Aquella declaración me permitió en cierto modo recuperar el control de mí mismo, pero durante el silencio que sobrevino a continuación me pregunté cómo la recibiría.
—Mis peculiares actividades, señor Kerrigan, están encaminadas por el momento a corregir ciertas amenazas indeseables contra China. Usted estará pensando en los ejércitos que se enfrentan y luchan en vano por todo el país. Le aseguro que el verdadero peligro para China no está en el interior de sus fronteras, sino fuera de ellas. El cirujano busca bajo la superficie. Los músculos son inútiles sin los nervios y el cerebro, y mi objetivo son los nervios y el cerebro. No obstante, estos detalles no son de su incumbencia, porque me temo que no podrá compartirlos con sir Denis Nayland Smith. Si sus aptitudes fueran sobresalientes, contrataría sus servicios, pero no lo son, de modo que no me sirve para nada.
Después de estas palabras musitadas de forma apacible, emitió una orden en voz alta y grave. Antes de que me diera cuenta de lo que sucedía, me taparon la boca con un pañuelo y lo ataron con firmeza. ¡En menos tiempo del que se tarda en escribirlo, un experto invisible que estaba a mis espaldas me ató las muñecas y los tobillos! Con el rabillo del ojo izquierdo, veía la hoja curvada del puñal. El doctor Fu-Manchú en ningún momento movió un solo músculo. Quise gritar, pero no pude. Oí otra orden gutural y la hoja desapareció. El individuo del puñal avanzó un paso y vi a un hombre corpulento de piel amarilla vestido con un traje azul que le quedaba pequeño. Inmediatamente lo reconocí como uno de los hombres que me habían atacado la noche que vi a Ardatha por primera vez. Era bajo de estatura, pero muy fuerte y, sin ceremonias, se inclinó, me levantó, me cargó sobre su hombro y me sacó de la habitación como si fuera un saco.
Lo último que vi fue la inmóvil y aterradora figura del sofá…

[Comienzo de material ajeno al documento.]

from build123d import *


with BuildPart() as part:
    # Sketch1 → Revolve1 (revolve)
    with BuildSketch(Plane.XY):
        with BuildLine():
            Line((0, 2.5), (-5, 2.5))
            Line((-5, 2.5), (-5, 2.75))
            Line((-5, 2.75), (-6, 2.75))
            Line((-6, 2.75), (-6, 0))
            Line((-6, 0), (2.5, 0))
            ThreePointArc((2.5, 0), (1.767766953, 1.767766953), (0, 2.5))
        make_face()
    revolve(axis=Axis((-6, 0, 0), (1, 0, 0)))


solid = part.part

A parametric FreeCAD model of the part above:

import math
import FreeCAD as App
import Part
import Sketcher
Q = App.Units.Quantity

doc = App.newDocument("Part")
params = doc.addObject("Spreadsheet::Sheet", "Params")
for row, (alias, value) in enumerate([
    ("sketch1_radius", "2.5 mm"),
    ("sketch1_width", "5 mm"),
    ("sketch1_width2", "1 mm"),
    ("sketch1_height", "0.25 mm"),
    ("revolution_angle", "360 deg"),
], start=1):
    params.set(f"A{row}", alias)
    params.set(f"B{row}", "=" + value)
    params.setAlias(f"B{row}", alias)

body = doc.addObject("PartDesign::Body", "Body")

# Sketch on XY plane
sketch1 = doc.addObject("Sketcher::SketchObject", "Sketch")
body.addObject(sketch1)
sketch1.AttachmentSupport = (doc.XY_Plane, [""])
sketch1.MapMode = "FlatFace"
sketch1.addGeometry([
    Part.LineSegment(App.Vector(0, 2.5, 0), App.Vector(-5, 2.5, 0)),  # 0
    Part.LineSegment(App.Vector(-5, 2.5, 0), App.Vector(-5, 2.75, 0)),  # 1
    Part.LineSegment(App.Vector(-5, 2.75, 0), App.Vector(-6, 2.75, 0)),  # 2
    Part.LineSegment(App.Vector(-6, 2.75, 0), App.Vector(-6, 0, 0)),  # 3
    Part.LineSegment(App.Vector(-6, 0, 0), App.Vector(2.5, 0, 0)),  # 4
    Part.ArcOfCircle(Part.Circle(App.Vector(0, 0, 0), App.Vector(0, 0, 1), 2.5), math.radians(0), math.radians(90)),  # 5
], False)
sketch1.addConstraint([
    Sketcher.Constraint("Coincident", 0, 2, 1, 1),
    Sketcher.Constraint("Coincident", 1, 2, 2, 1),
    Sketcher.Constraint("Coincident", 2, 2, 3, 1),
    Sketcher.Constraint("Coincident", 3, 2, 4, 1),
    Sketcher.Constraint("Coincident", 4, 2, 5, 1),
    Sketcher.Constraint("Tangent", 5, 2, 0, 1),
    Sketcher.Constraint("Horizontal", 0),
    Sketcher.Constraint("Vertical", 1),
    Sketcher.Constraint("Horizontal", 2),
    Sketcher.Constraint("Vertical", 3),
    Sketcher.Constraint("Horizontal", 4),
    Sketcher.Constraint("Coincident", 5, 3, -1, 1),
    Sketcher.Constraint("PointOnObject", 3, 2, -1),
    Sketcher.Constraint("Radius", 5, Q("2.5 mm")),
    Sketcher.Constraint("DistanceX", 0, 2, 0, 1, Q("5 mm")),
    Sketcher.Constraint("DistanceX", 2, 2, 2, 1, Q("1 mm")),
    Sketcher.Constraint("DistanceY", 1, 1, 1, 2, Q("0.25 mm")),
])
sketch1.setExpression("Constraints[13]", "Params.sketch1_radius")
sketch1.setExpression("Constraints[14]", "Params.sketch1_width")
sketch1.setExpression("Constraints[15]", "Params.sketch1_width2")
sketch1.setExpression("Constraints[16]", "Params.sketch1_height")
revolution = doc.addObject("PartDesign::Revolution", "Revolution")
body.addObject(revolution)
revolution.Profile = sketch1
revolution.ReferenceAxis = (sketch1, ["H_Axis"])
revolution.setExpression("Angle", "Params.revolution_angle")

doc.recompute()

Fui transportado escaleras abajo, impotente como una gallina sujeta por las patas. Teniendo en cuenta mi peso, se trataba de una hazaña sorprendente. Pasamos a través de la cortina del bar y seguimos por un corredor. El temor a una muerte inminente casi se veía superado por la repugnancia que me producía aquella criatura sedienta de sangre. Otro de los malcarados esbirros del doctor Fu-Manchú abrió una puerta, y el olor a humedad, junto con el sonido de los pasos sobre un suelo de piedra, me indicaron que bajábamos a las bodegas. Ahogué algo parecido a un grito de pánico porque, aunque no se trataba de la primera vez desde que conocí al doctor chino, sentí la mano helada del terror absoluto: de aquellas bodegas no saldría nunca con vida.